Analysis
The court was concerned with costs following the trial of a claim relating to the estate of Ernesto Colicci (deceased). Recorder Mark Anderson KC had handed down judgment on 18 May 2023 following the trial in March 2023. He reserved judgment on costs after further submissions at a consequential hearing on 19 July.
The claimants’ principal claim, based on interpretation of an agreement, succeeded. The claimants were therefore the successful parties. The Recorder acknowledged that the general rule is that the unsuccessful party will be ordered to pay the costs of the successful party on the standard basis, but the court may make a different order having regard to all the circumstances, including those set out in CPR 44.2(4). A relevant consideration in determining costs in this case was that the claimants had brought a claim for rectification in case their claim based on interpretation failed. Recorder Mark Anderson KC found that the alternative rectification claim had failed and it had increased the overall costs for the claimants and for the defendant. He considered the factors identified in CPR 44.2(4) and (5), and reminded himself of the various orders open to him as listed in (6). The Recorder noted that CPR 44.2(4)(b) applied where there had been partial success by an otherwise unsuccessful party, but found the defendant had not enjoyed partial success. He did not think that an issue-based order, whereby the claimants would be awarded the costs of the interpretation issue and the defendant the costs of the rectification issue, would be workable, because there was significant overlap between the two issues. He accepted that the rectification issue contributed heavily to the overall costs and that he should make an order which relieved the defendant of having to pay the claimants’ costs to the extent that they were increased by that issue.
Held (awarding costs):
Recorder Mark Anderson KC decided that the claimants should have 40% of their costs up to and including 23 March 2022 to be assessed on the standard basis.

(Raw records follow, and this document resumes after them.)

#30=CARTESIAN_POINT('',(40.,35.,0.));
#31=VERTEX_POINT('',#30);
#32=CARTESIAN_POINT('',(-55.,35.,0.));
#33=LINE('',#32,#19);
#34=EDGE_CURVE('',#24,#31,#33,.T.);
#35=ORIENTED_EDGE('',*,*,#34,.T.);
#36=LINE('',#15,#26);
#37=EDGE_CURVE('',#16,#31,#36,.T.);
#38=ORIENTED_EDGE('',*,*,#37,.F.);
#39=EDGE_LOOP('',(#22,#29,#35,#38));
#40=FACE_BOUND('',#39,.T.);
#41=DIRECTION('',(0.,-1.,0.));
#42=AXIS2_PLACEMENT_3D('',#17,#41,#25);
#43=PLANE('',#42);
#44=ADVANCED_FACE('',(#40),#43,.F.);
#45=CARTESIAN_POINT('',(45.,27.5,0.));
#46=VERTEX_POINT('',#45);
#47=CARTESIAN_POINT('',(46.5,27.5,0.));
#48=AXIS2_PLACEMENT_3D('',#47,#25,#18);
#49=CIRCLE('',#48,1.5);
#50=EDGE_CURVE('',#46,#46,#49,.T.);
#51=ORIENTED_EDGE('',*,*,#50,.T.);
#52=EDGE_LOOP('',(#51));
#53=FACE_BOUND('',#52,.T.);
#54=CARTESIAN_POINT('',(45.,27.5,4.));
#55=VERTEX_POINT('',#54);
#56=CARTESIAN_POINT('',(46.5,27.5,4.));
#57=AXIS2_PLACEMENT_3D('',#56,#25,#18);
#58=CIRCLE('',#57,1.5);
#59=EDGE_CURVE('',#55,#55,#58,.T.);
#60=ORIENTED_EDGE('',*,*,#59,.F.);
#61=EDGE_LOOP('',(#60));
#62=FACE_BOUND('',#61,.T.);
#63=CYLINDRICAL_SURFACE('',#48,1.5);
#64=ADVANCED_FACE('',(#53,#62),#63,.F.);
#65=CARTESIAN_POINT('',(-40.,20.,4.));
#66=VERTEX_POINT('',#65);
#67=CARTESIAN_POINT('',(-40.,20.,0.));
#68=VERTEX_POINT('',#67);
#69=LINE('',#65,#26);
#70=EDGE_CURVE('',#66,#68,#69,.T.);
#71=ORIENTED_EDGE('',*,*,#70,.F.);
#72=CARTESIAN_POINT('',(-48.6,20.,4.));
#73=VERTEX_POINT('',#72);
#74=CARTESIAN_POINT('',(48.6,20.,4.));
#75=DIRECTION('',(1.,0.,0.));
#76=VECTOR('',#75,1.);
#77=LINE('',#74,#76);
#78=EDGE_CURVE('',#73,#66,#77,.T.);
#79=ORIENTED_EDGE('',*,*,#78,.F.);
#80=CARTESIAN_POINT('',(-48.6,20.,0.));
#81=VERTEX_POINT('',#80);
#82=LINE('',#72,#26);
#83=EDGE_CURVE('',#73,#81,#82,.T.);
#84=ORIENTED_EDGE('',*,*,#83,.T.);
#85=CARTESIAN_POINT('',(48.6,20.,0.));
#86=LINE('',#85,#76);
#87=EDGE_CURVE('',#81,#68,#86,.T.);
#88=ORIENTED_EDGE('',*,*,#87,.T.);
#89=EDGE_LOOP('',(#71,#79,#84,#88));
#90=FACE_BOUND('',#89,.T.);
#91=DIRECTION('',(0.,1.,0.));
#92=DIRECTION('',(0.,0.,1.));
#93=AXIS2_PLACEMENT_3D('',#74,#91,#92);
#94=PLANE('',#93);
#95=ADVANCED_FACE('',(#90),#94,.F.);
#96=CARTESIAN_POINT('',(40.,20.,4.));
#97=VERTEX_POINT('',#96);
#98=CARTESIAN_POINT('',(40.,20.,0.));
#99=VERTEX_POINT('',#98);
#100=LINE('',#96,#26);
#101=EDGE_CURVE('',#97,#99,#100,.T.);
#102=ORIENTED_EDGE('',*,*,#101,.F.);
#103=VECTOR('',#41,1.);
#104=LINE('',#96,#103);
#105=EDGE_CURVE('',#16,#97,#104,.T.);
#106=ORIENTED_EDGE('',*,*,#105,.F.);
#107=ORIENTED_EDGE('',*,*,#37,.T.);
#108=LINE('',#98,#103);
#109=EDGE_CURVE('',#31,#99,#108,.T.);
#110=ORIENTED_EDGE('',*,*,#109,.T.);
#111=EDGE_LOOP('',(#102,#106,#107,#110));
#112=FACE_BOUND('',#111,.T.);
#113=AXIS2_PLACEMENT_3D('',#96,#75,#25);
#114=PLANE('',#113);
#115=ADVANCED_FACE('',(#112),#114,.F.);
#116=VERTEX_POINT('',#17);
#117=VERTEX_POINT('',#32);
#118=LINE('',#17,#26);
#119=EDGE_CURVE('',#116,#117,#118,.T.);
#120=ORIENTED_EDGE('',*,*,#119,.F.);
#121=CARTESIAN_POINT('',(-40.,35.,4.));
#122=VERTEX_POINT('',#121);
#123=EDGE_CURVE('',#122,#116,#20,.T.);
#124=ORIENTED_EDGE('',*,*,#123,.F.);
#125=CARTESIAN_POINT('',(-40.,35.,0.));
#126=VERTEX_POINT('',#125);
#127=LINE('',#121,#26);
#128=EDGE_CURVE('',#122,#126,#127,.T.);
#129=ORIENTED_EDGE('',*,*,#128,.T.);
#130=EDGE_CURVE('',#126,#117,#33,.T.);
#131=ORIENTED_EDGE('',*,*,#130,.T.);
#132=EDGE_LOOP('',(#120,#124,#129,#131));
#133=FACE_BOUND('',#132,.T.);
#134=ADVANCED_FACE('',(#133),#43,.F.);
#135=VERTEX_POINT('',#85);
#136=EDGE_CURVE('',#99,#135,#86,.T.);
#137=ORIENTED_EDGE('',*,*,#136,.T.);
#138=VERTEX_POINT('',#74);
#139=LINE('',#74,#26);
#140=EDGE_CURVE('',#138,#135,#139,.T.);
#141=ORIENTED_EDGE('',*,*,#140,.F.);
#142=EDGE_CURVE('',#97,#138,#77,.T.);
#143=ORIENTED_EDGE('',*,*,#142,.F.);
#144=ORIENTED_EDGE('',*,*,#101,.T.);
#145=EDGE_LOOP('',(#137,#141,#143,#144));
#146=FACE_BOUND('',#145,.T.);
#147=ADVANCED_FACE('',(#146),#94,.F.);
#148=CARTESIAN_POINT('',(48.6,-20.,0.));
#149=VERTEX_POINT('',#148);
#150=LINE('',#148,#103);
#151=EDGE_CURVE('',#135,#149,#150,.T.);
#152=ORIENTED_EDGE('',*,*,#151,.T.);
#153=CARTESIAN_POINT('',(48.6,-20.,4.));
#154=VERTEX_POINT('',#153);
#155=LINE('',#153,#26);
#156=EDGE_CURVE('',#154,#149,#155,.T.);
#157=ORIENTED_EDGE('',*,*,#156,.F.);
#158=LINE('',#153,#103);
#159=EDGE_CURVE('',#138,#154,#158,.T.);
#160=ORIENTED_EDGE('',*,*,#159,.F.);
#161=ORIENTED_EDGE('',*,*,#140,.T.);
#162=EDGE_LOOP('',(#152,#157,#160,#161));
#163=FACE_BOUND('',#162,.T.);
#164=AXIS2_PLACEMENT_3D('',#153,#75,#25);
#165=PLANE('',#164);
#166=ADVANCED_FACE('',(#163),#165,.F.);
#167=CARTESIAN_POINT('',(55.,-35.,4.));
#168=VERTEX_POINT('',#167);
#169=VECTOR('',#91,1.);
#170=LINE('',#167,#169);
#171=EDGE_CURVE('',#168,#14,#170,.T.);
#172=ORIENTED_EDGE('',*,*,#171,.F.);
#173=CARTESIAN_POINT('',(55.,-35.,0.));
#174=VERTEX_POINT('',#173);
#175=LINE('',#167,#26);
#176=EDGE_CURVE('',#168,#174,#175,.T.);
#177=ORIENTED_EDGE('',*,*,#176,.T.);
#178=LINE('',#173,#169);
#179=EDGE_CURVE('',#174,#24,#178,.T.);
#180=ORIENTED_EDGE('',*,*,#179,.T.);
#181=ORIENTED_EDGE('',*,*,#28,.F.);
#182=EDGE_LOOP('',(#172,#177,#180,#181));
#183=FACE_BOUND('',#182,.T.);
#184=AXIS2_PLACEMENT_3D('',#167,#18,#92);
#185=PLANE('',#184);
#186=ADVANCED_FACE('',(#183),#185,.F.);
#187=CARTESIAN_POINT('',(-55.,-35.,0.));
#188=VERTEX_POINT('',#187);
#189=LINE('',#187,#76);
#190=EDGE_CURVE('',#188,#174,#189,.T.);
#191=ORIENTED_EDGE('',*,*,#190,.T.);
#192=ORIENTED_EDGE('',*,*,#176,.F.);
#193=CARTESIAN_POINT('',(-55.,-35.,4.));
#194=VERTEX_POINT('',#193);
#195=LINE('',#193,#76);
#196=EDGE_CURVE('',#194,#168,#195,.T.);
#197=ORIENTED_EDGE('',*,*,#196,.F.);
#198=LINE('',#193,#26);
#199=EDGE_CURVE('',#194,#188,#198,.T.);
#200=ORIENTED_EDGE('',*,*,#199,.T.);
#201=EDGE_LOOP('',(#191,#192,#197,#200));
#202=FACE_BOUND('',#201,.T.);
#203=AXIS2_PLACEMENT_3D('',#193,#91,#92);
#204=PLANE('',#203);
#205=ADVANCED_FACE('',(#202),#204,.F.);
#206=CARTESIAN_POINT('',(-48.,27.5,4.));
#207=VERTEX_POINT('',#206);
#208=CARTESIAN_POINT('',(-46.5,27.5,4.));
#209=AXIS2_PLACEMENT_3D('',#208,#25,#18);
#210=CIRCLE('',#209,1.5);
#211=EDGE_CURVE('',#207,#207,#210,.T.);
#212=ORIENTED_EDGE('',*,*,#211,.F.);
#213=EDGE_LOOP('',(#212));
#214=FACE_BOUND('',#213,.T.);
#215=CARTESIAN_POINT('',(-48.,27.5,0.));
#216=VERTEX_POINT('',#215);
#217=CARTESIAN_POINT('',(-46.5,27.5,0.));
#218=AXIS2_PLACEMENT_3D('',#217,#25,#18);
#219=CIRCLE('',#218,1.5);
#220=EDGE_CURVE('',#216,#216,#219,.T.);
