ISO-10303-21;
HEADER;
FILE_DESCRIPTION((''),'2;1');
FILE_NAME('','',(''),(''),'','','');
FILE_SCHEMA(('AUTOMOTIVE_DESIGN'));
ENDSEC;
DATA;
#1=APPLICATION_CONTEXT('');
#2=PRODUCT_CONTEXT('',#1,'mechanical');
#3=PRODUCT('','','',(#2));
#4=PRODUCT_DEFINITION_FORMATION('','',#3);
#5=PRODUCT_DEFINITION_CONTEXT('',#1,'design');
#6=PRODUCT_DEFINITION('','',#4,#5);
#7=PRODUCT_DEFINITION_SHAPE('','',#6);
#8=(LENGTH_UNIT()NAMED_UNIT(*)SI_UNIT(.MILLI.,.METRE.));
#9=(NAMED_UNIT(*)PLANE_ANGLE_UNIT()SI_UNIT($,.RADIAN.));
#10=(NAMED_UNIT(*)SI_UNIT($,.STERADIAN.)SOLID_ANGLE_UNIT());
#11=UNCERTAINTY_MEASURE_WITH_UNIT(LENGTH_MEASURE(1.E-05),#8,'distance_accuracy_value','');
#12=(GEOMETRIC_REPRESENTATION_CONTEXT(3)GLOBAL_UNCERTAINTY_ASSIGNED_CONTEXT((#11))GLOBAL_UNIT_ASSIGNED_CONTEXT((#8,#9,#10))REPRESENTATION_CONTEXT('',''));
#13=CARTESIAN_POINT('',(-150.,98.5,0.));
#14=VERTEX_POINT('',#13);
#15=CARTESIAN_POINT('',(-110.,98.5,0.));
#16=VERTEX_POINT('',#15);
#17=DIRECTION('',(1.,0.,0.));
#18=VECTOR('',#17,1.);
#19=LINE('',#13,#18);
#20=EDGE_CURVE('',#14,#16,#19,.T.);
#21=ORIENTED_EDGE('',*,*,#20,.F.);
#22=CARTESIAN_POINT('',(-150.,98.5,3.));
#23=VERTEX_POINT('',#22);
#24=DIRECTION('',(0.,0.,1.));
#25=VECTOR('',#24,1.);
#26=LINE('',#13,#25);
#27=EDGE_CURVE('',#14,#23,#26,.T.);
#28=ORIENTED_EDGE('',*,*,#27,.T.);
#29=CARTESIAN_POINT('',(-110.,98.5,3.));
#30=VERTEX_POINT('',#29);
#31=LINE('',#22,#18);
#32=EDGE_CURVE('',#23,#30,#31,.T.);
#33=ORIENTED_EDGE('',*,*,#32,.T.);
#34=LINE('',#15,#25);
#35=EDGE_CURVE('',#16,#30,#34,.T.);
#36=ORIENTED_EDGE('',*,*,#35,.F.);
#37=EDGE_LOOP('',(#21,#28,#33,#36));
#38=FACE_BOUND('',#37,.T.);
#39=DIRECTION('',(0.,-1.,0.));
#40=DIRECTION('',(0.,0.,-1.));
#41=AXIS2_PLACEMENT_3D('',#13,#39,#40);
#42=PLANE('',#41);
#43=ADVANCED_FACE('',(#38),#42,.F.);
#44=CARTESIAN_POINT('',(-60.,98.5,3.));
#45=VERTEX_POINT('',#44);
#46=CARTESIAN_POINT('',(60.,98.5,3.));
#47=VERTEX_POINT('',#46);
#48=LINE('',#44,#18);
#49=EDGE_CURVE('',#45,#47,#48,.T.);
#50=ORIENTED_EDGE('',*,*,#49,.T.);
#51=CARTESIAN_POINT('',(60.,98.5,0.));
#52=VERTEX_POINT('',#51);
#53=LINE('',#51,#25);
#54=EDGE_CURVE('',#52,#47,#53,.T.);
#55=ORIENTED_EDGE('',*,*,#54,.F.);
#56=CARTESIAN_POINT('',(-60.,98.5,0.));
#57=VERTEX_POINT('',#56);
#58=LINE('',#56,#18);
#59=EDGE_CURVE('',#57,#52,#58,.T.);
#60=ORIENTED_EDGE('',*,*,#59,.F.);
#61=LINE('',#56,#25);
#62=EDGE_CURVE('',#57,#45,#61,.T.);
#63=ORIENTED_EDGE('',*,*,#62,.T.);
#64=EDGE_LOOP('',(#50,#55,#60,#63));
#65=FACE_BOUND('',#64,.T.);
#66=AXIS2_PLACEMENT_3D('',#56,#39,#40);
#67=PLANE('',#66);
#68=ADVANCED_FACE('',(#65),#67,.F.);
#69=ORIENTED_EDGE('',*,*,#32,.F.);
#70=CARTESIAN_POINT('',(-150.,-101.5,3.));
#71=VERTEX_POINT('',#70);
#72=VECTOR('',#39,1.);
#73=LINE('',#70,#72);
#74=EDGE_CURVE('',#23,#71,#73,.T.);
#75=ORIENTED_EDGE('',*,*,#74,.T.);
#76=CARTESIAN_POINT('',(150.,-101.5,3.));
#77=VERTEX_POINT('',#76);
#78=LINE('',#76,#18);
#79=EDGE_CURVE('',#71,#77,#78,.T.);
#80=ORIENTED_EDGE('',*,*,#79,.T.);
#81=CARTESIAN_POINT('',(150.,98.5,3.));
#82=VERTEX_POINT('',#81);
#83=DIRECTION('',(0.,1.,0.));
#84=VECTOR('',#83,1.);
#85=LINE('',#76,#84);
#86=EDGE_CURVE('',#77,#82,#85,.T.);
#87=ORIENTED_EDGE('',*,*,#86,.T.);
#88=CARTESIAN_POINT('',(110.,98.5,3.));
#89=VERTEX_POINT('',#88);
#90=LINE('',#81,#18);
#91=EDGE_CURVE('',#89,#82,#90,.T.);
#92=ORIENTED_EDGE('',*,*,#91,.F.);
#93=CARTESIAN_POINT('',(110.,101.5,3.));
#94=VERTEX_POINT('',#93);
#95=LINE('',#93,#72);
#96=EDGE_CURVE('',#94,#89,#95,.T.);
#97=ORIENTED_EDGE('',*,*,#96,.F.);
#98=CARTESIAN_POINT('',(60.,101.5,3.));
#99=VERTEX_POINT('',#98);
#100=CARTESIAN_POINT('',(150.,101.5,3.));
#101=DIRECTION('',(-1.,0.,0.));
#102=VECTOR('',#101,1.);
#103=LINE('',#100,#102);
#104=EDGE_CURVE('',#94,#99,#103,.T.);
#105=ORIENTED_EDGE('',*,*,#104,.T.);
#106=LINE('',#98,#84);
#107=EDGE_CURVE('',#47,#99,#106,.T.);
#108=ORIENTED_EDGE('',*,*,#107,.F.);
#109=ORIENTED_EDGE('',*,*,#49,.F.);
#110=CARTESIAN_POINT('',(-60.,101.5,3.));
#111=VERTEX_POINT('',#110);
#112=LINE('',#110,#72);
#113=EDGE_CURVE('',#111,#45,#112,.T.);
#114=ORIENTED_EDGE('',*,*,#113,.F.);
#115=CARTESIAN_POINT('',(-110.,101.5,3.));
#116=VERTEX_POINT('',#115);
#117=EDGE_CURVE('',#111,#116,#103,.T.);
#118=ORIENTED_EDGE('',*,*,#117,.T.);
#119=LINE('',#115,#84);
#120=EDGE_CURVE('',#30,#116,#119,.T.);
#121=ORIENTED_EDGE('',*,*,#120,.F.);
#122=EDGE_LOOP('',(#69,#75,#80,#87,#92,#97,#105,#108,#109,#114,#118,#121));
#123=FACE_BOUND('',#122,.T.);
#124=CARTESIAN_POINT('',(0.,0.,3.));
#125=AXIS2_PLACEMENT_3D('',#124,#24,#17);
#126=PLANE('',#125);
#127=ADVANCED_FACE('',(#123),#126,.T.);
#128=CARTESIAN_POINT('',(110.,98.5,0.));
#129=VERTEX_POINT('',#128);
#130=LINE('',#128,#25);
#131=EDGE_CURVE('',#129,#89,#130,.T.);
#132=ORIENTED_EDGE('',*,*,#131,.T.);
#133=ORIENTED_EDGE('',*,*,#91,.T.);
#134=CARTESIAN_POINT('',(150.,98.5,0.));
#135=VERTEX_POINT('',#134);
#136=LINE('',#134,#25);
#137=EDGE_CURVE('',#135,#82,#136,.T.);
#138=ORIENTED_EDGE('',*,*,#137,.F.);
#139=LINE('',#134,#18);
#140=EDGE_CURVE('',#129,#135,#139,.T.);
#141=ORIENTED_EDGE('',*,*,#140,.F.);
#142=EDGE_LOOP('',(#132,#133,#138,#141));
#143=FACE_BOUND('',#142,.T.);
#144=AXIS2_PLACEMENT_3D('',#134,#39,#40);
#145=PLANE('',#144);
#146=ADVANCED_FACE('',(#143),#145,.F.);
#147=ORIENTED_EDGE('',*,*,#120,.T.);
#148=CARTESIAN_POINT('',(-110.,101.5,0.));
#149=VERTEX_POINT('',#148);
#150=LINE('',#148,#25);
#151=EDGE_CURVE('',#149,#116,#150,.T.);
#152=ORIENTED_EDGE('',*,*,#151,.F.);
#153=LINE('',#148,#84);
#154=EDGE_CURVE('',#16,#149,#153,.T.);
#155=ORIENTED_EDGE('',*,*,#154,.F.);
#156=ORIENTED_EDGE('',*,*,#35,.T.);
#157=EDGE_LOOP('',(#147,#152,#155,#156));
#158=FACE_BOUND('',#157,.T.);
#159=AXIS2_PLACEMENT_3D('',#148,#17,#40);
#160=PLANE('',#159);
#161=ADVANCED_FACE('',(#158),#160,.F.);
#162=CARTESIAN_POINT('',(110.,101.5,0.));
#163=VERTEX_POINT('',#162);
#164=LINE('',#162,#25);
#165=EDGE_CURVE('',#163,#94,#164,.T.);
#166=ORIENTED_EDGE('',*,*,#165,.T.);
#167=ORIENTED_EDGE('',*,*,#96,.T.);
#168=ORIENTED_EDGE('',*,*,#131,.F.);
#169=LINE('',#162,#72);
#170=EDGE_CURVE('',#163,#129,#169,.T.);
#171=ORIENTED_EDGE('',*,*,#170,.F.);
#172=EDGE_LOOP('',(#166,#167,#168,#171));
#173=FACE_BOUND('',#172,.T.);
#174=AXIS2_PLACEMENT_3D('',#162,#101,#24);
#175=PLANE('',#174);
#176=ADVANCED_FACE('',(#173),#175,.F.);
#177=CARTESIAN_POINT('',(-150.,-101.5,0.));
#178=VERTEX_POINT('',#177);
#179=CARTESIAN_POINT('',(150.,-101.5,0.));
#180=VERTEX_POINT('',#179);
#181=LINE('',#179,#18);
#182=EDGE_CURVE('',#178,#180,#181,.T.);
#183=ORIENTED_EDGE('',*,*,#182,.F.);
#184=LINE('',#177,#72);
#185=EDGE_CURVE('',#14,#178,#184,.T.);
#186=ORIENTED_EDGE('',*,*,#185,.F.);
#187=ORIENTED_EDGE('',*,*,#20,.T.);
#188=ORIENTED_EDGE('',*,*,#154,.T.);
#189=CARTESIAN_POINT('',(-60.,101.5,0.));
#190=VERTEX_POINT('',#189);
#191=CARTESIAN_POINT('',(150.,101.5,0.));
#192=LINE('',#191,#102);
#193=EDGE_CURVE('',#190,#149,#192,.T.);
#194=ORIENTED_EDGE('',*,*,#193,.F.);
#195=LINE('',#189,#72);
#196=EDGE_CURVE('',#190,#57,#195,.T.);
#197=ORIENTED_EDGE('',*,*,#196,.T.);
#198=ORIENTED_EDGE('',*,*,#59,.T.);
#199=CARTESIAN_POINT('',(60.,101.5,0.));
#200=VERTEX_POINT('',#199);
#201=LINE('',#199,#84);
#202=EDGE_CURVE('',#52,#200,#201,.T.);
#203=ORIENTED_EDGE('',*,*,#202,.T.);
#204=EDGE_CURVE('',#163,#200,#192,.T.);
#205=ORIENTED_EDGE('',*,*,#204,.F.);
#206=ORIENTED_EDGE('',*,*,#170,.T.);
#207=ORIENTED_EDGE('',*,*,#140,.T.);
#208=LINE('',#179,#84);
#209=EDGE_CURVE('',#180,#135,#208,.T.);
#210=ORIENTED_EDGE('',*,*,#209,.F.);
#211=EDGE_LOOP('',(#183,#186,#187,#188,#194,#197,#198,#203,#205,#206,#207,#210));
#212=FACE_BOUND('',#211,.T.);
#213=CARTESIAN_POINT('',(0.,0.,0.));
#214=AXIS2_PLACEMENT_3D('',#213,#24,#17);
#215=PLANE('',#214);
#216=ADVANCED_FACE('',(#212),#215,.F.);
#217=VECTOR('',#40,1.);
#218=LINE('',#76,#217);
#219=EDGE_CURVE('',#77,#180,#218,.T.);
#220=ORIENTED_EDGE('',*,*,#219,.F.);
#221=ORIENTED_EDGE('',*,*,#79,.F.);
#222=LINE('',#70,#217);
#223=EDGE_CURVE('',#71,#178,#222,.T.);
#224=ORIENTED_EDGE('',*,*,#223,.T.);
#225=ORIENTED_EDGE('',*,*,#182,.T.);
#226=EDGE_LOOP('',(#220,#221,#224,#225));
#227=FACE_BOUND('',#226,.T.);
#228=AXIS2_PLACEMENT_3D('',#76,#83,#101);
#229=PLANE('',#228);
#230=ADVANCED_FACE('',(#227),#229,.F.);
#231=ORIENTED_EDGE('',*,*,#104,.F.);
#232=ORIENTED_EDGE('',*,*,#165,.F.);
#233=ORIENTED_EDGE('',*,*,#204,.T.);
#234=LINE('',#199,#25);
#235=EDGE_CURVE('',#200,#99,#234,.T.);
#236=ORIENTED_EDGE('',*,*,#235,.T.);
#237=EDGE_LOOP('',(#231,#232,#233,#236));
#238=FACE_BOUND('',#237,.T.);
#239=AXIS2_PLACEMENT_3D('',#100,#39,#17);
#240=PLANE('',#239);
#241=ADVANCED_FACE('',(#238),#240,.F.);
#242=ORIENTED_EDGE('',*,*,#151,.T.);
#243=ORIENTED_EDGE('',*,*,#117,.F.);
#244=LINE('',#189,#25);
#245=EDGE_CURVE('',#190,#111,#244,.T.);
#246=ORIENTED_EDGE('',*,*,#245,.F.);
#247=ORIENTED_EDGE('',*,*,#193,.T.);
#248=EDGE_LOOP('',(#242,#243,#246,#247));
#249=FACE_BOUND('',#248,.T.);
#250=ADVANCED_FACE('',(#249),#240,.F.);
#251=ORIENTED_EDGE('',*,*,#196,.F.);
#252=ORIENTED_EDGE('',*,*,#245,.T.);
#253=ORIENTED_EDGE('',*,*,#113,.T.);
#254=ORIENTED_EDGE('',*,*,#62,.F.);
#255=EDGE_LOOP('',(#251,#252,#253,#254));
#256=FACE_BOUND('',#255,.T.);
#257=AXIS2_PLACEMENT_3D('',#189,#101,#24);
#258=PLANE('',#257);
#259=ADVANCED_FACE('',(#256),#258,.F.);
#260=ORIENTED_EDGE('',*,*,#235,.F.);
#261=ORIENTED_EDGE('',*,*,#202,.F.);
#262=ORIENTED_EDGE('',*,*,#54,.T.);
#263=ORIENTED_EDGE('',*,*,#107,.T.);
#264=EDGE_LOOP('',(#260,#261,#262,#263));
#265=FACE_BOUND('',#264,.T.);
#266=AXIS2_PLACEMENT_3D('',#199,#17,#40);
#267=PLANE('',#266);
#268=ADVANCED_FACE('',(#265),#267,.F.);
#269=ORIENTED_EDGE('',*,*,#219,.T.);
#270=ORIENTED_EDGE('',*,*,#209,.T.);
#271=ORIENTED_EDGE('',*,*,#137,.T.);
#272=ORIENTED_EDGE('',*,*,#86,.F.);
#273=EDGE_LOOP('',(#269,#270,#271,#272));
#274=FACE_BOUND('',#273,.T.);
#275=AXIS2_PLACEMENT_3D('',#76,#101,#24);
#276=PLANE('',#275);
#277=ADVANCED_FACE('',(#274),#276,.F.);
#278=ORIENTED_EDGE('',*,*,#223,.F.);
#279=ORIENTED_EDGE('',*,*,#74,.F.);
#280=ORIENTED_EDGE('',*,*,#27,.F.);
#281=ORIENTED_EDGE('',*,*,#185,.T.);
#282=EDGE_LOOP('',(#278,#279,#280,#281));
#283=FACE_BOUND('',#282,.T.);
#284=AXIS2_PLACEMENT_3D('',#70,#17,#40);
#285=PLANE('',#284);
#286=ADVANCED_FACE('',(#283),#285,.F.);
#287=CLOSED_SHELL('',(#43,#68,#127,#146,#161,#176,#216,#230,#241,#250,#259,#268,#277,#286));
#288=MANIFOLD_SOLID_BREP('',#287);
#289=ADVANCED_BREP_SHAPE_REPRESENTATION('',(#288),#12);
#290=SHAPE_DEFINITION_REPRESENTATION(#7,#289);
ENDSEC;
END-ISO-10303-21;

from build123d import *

# Parameters (mm, degrees)
ESQUISSE1_W             = 300
ESQUISSE1_H             = 203
BOSS_EXTRU_1_DEPTH      = 3
ESQUISSE2_W             = 40
ESQUISSE2_H             = 3
ESQUISSE2_W_2           = 120
ENL_V_MAT_EXTRU_1_DEPTH = 3


with BuildPart() as part:
    # Esquisse1 → Boss.-Extru.1 (new body)
    with BuildSketch(Plane.XY):
        Rectangle(ESQUISSE1_W, ESQUISSE1_H)
    extrude(amount=BOSS_EXTRU_1_DEPTH)

    # Esquisse2 → Enlèv. mat.-Extru.1 (cut)
    with BuildSketch(Plane.XY.offset(3)):
        with Locations((-130, 100)):
            Rectangle(ESQUISSE2_W, ESQUISSE2_H)
        with Locations((0, 100)):
            Rectangle(ESQUISSE2_W_2, ESQUISSE2_H)
        with Locations((130, 100)):
            Rectangle(ESQUISSE2_W, ESQUISSE2_H)
    extrude(amount=-ENL_V_MAT_EXTRU_1_DEPTH, mode=Mode.SUBTRACT)


solid = part.part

He went on to consider costs for the period after 23 March 2022. The claimants had made an offer on 1 March 2022 and the main judgment was more advantageous to the claimants than the proposal contained in the offer. They therefore said that CPR 36.17(1)(b) applied and they were entitled to the additional amounts provided for in CPR 36.17(4) with effect from 24 March 2022. The defendant contended the offer was not a Part 36 offer.
The Recorder stated the first issue he had to decide was whether the offer of settlement was effective as a Part 36 offer. In his judgement the offer was an offer to compromise. No reasonable person would have seen it as an offer to pay a contribution to the defendant’s costs. The offer made clear that the usual Part 36 consequences as to costs would apply: the defendant would pay the claimants’ costs. There was no mention of the defendant’s own costs being paid by the claimants. No reasonable person would have found themselves even pondering whether this was an offer to pay the defendant’s costs. Moreover the offer clearly related to the claim, as was required by CPR 36.5(d). He therefore concluded that the offer of 1 March 2022 was a Part 36 offer.
The second issue the Recorder had to decide was whether the outcome was at least as advantageous to the claimants as the proposals contained in the Part 36 offer, such that CPR 36.17(1)(b) applied. The Recorder found that the outcome was more advantageous than the Part 36 offer and so CPR 36.17(1)(b) did apply.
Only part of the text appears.